Assigned task: Show the lines of the material that contain the word "Front".

Given records:
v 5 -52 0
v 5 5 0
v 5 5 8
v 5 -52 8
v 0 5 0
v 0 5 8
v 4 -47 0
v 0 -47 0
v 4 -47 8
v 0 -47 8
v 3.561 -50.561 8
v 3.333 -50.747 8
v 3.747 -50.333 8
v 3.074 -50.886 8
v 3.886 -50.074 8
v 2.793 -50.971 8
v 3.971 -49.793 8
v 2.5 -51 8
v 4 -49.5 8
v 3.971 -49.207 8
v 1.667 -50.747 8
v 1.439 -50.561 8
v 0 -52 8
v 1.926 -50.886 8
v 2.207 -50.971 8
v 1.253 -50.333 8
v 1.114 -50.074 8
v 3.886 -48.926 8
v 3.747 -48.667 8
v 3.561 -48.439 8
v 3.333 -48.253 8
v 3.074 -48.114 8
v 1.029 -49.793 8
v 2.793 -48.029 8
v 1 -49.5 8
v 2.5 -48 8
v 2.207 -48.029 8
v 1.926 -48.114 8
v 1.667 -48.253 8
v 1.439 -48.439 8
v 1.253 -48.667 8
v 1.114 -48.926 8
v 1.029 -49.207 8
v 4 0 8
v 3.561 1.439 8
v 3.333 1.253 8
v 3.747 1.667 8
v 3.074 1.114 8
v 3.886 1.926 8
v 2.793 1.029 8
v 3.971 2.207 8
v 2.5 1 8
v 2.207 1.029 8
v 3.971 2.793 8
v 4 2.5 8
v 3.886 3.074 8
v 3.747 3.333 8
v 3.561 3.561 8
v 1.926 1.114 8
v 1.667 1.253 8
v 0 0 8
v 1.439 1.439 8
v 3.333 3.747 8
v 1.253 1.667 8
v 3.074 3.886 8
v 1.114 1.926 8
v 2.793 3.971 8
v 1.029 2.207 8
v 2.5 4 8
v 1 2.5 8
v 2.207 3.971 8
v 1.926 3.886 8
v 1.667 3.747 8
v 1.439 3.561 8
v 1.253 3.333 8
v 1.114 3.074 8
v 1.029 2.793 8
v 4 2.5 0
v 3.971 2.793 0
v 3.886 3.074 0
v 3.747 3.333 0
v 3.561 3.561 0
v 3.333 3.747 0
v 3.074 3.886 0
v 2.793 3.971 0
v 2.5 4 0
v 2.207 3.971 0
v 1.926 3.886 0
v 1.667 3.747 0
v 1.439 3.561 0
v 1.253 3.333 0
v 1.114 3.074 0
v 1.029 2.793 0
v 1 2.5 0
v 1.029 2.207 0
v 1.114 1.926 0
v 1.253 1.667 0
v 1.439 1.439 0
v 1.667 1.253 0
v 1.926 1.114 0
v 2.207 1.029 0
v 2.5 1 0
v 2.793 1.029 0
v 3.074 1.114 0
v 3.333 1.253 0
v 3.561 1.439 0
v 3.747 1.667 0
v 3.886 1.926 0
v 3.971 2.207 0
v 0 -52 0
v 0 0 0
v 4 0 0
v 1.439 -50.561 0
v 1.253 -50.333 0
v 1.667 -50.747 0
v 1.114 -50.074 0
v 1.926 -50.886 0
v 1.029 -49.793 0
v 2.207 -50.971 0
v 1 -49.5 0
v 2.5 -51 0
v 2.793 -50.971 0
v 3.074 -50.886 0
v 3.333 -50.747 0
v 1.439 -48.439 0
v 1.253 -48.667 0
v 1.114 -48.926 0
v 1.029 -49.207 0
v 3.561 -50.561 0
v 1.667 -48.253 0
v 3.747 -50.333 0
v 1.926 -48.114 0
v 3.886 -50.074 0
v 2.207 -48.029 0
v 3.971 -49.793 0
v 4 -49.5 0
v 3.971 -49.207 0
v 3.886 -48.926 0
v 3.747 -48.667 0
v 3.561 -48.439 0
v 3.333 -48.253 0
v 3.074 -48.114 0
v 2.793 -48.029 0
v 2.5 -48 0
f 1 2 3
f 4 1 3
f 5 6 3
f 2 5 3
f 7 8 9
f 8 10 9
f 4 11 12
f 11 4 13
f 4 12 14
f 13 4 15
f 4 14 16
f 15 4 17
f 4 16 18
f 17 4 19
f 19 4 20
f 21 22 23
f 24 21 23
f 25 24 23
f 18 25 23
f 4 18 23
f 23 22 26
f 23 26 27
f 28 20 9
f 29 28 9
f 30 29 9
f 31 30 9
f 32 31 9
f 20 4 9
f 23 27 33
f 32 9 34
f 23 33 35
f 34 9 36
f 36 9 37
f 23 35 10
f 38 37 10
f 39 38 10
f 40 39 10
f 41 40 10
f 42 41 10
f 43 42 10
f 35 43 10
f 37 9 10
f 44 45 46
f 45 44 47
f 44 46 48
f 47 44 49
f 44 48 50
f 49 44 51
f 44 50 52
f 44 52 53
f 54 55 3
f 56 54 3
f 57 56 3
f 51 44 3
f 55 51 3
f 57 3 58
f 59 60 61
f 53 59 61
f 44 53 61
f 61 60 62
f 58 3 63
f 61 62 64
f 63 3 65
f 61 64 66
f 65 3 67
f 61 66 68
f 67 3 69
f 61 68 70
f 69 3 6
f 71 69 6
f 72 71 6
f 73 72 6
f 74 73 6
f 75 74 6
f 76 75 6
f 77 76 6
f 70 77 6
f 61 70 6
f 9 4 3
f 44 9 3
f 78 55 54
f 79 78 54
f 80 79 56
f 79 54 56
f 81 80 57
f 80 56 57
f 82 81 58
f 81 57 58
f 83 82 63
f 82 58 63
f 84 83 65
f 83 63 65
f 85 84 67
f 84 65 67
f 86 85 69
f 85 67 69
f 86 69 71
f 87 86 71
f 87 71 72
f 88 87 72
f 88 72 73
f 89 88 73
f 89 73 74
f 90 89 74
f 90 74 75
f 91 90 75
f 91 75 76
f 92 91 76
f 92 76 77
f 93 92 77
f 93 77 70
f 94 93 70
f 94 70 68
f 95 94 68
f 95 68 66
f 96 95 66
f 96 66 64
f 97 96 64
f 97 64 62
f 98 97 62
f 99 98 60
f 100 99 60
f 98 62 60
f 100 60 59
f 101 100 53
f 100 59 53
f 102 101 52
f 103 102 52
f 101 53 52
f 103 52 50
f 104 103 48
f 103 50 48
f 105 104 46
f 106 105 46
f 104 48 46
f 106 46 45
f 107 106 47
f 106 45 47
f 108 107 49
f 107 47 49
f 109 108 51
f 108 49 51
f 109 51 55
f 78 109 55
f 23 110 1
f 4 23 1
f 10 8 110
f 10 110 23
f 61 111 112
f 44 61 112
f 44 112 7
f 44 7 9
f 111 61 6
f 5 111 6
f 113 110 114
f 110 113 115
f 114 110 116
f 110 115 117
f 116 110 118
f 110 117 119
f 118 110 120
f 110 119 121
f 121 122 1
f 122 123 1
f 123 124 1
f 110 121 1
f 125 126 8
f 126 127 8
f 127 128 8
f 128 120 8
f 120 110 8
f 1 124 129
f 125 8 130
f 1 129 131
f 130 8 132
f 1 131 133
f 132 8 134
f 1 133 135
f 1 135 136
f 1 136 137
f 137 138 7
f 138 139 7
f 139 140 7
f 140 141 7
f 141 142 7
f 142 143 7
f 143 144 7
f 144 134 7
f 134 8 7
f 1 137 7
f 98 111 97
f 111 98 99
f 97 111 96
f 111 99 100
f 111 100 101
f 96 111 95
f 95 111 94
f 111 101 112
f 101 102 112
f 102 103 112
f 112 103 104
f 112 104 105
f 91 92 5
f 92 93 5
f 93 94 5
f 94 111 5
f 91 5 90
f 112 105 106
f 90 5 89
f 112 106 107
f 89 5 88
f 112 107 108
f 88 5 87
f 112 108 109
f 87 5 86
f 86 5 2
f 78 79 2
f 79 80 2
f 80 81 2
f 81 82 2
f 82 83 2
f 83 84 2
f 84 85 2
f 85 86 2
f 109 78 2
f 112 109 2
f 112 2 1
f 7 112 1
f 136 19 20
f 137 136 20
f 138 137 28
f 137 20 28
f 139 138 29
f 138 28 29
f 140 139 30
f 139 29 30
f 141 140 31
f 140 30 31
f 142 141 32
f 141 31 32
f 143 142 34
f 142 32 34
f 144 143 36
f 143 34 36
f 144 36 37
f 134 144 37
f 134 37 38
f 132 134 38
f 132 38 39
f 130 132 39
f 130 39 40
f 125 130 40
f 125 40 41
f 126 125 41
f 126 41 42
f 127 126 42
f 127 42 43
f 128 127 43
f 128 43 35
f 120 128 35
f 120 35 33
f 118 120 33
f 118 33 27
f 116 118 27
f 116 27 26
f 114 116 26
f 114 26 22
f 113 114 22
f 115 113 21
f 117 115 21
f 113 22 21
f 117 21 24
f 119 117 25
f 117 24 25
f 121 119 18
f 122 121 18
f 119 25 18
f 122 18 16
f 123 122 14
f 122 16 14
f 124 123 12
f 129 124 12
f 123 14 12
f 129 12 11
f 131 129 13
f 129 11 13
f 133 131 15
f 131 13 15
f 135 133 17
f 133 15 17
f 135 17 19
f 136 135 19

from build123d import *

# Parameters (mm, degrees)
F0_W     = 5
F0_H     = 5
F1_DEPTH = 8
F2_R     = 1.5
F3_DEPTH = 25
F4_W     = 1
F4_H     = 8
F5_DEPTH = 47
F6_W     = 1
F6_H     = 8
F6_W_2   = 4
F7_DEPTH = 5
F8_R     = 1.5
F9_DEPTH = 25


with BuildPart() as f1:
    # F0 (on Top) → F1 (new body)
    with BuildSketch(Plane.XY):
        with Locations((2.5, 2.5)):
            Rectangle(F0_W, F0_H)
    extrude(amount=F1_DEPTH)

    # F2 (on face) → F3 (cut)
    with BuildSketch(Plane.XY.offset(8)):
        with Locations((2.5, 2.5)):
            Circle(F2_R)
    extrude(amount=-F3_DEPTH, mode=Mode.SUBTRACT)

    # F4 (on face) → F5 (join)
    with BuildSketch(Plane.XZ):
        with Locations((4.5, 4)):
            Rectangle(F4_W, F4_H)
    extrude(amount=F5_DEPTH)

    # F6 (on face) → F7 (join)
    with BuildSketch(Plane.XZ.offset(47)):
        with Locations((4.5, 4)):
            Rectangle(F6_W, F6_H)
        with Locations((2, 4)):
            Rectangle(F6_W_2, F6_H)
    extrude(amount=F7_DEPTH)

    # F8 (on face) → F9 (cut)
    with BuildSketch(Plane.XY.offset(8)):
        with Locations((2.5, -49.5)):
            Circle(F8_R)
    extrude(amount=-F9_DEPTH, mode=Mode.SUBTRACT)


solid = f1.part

* * *

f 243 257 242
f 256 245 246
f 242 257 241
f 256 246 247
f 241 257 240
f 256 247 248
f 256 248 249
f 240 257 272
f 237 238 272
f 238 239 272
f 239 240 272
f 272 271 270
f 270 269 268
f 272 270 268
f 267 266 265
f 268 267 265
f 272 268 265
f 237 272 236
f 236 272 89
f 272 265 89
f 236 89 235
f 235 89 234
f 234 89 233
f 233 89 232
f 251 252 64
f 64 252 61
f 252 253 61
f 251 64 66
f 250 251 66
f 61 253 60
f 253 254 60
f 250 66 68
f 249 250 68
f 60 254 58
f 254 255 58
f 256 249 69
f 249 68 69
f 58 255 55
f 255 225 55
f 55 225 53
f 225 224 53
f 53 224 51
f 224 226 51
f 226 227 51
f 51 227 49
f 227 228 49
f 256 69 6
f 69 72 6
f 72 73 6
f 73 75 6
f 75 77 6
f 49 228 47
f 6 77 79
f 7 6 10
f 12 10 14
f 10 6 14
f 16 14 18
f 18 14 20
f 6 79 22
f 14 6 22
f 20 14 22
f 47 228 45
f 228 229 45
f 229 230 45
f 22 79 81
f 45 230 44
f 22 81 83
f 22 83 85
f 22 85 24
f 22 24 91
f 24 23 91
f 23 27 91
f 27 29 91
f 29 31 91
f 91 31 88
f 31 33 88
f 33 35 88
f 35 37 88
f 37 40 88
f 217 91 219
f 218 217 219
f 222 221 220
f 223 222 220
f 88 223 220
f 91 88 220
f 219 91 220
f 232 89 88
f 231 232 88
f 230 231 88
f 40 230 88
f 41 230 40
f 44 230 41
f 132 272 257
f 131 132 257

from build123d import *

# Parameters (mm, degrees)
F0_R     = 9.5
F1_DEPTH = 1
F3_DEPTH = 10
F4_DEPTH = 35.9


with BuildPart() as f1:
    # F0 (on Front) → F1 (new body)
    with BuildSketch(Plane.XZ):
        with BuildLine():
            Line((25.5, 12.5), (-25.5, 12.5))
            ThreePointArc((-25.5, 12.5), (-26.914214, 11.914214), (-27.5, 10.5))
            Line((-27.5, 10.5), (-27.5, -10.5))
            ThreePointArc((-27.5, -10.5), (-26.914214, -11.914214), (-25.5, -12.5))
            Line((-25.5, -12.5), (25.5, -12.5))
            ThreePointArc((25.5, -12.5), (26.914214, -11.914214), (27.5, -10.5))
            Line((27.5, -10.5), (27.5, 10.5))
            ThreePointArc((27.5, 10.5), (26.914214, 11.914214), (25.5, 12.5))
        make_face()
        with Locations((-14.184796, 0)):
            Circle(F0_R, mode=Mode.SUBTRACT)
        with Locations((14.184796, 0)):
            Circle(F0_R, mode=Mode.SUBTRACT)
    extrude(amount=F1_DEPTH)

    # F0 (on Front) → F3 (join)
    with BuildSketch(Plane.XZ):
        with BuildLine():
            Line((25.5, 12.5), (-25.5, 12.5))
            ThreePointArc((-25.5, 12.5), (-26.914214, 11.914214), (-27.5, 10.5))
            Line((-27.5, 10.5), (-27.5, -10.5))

--

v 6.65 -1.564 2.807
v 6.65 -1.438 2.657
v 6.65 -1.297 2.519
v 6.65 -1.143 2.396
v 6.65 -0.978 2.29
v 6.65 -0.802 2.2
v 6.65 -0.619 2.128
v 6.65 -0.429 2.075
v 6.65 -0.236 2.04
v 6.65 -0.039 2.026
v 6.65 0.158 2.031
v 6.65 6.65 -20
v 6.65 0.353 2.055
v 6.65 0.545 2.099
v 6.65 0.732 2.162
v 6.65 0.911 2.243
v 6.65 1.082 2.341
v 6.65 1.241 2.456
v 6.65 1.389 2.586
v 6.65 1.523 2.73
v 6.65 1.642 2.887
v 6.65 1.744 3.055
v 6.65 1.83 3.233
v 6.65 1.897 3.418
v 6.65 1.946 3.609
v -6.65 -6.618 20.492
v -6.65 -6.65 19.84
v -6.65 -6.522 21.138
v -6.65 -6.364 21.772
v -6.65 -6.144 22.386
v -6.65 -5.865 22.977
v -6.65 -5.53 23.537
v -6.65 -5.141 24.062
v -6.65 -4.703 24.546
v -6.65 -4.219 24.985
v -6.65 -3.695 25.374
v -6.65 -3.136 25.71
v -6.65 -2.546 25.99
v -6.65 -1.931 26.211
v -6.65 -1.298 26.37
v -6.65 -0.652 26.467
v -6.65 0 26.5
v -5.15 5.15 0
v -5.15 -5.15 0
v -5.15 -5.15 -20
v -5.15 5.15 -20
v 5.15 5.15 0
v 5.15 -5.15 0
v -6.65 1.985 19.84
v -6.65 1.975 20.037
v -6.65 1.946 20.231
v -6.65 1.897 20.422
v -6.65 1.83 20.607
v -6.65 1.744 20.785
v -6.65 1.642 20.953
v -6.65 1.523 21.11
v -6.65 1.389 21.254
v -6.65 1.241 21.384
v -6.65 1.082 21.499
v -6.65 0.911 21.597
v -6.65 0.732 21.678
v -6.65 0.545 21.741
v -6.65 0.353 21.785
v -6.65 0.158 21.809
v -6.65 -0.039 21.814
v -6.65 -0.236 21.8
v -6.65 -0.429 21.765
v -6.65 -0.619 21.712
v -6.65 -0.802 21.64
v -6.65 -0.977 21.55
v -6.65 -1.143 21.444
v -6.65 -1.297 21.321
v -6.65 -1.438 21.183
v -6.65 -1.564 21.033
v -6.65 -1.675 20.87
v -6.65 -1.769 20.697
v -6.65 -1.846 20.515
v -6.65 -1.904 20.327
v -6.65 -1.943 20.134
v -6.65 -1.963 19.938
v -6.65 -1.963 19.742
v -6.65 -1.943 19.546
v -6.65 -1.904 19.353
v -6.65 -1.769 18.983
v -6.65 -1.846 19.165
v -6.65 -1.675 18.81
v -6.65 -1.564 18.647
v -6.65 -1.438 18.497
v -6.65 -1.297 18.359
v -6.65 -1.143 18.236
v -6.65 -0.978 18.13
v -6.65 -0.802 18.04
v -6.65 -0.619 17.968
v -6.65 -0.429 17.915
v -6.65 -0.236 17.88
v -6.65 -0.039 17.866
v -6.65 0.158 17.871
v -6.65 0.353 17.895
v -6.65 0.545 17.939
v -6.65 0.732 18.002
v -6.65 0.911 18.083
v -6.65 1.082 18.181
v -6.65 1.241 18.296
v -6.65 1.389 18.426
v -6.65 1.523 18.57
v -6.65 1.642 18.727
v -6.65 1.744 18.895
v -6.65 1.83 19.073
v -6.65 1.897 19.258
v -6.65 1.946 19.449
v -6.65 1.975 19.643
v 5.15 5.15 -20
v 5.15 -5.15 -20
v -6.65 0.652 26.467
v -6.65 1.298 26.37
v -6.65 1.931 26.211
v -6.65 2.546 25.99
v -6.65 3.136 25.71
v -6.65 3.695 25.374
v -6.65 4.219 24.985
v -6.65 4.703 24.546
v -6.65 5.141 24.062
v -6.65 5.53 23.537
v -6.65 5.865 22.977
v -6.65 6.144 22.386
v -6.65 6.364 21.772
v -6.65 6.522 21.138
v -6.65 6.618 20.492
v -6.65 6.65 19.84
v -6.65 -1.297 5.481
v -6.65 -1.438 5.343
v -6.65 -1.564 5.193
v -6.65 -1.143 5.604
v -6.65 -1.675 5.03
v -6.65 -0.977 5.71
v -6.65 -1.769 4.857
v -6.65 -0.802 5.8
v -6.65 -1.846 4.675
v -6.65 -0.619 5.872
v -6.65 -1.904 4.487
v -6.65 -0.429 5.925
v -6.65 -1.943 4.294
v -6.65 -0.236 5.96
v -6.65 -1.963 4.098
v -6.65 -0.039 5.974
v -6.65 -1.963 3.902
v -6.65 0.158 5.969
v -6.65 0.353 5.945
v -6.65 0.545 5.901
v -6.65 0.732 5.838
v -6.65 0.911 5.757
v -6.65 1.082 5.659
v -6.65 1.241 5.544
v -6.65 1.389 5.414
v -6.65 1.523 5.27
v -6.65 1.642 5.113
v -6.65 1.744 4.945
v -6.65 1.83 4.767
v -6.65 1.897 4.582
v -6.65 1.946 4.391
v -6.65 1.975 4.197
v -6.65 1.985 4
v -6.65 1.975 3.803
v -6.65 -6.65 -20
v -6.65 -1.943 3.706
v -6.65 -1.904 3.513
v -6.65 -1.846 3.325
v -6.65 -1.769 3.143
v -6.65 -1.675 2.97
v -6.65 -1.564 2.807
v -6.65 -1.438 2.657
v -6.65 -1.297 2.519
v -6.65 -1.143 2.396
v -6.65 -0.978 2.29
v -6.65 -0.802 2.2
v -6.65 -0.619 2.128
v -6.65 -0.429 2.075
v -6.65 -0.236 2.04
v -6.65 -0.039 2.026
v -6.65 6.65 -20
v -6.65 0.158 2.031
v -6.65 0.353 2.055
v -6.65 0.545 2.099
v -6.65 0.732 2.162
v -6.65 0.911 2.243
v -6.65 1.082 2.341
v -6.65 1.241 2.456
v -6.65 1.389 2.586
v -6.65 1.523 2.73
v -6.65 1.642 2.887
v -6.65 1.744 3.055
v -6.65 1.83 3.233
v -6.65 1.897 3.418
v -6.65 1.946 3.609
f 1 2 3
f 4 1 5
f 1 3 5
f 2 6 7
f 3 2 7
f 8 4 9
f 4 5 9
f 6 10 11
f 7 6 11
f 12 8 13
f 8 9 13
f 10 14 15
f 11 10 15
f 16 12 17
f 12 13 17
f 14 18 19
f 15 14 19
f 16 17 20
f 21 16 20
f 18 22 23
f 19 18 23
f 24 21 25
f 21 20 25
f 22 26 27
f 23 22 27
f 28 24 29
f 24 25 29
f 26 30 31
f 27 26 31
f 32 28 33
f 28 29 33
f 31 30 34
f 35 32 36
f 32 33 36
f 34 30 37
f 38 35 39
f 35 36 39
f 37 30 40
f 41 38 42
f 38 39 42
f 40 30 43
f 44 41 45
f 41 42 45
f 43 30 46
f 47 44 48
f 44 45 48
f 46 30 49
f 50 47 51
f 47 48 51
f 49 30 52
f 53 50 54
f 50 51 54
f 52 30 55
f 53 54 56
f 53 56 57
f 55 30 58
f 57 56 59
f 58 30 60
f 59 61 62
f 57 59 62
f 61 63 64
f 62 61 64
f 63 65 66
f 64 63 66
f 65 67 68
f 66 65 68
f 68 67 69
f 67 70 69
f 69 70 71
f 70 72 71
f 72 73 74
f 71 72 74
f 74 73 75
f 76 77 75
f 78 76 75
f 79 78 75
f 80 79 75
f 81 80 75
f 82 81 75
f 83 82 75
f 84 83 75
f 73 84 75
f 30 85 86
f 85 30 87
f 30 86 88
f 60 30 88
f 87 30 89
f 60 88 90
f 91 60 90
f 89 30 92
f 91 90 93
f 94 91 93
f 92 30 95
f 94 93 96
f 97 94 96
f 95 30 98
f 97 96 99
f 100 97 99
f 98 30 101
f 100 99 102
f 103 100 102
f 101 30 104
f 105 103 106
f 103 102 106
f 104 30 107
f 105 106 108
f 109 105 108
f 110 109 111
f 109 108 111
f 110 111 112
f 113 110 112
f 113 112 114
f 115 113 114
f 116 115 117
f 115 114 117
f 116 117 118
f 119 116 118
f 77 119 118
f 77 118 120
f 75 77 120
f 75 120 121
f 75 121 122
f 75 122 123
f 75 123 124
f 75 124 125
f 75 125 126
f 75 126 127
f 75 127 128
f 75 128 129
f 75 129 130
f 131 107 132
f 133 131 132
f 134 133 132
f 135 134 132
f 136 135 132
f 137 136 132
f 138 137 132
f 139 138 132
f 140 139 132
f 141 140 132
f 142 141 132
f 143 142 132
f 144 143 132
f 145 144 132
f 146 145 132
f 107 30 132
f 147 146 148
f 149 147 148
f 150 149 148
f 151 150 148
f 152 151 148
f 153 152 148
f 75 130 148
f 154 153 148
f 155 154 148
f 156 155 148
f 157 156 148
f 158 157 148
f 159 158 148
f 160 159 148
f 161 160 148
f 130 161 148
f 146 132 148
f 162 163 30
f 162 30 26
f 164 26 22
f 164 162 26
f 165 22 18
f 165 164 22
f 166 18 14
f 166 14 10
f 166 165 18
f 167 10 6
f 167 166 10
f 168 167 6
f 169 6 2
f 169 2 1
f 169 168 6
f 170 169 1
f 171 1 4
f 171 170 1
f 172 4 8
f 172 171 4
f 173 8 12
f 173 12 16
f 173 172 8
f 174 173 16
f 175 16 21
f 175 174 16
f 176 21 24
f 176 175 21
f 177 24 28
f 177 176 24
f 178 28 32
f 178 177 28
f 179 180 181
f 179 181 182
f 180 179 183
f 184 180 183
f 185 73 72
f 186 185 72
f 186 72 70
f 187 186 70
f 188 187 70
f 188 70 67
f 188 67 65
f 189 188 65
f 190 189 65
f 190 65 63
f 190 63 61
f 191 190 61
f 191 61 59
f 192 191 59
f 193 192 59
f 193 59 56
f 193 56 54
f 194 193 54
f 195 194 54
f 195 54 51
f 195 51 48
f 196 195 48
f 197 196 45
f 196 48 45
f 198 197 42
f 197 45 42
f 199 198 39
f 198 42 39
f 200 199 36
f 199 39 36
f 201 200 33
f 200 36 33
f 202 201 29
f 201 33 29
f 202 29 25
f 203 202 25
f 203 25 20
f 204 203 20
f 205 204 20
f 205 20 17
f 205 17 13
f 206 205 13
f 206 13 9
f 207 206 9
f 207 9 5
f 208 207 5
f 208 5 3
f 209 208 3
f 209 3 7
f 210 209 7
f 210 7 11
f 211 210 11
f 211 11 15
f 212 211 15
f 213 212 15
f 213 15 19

Solved problem:
    # F0 (on Front) → F1 (new body)
    # F0 (on Front) → F3 (join)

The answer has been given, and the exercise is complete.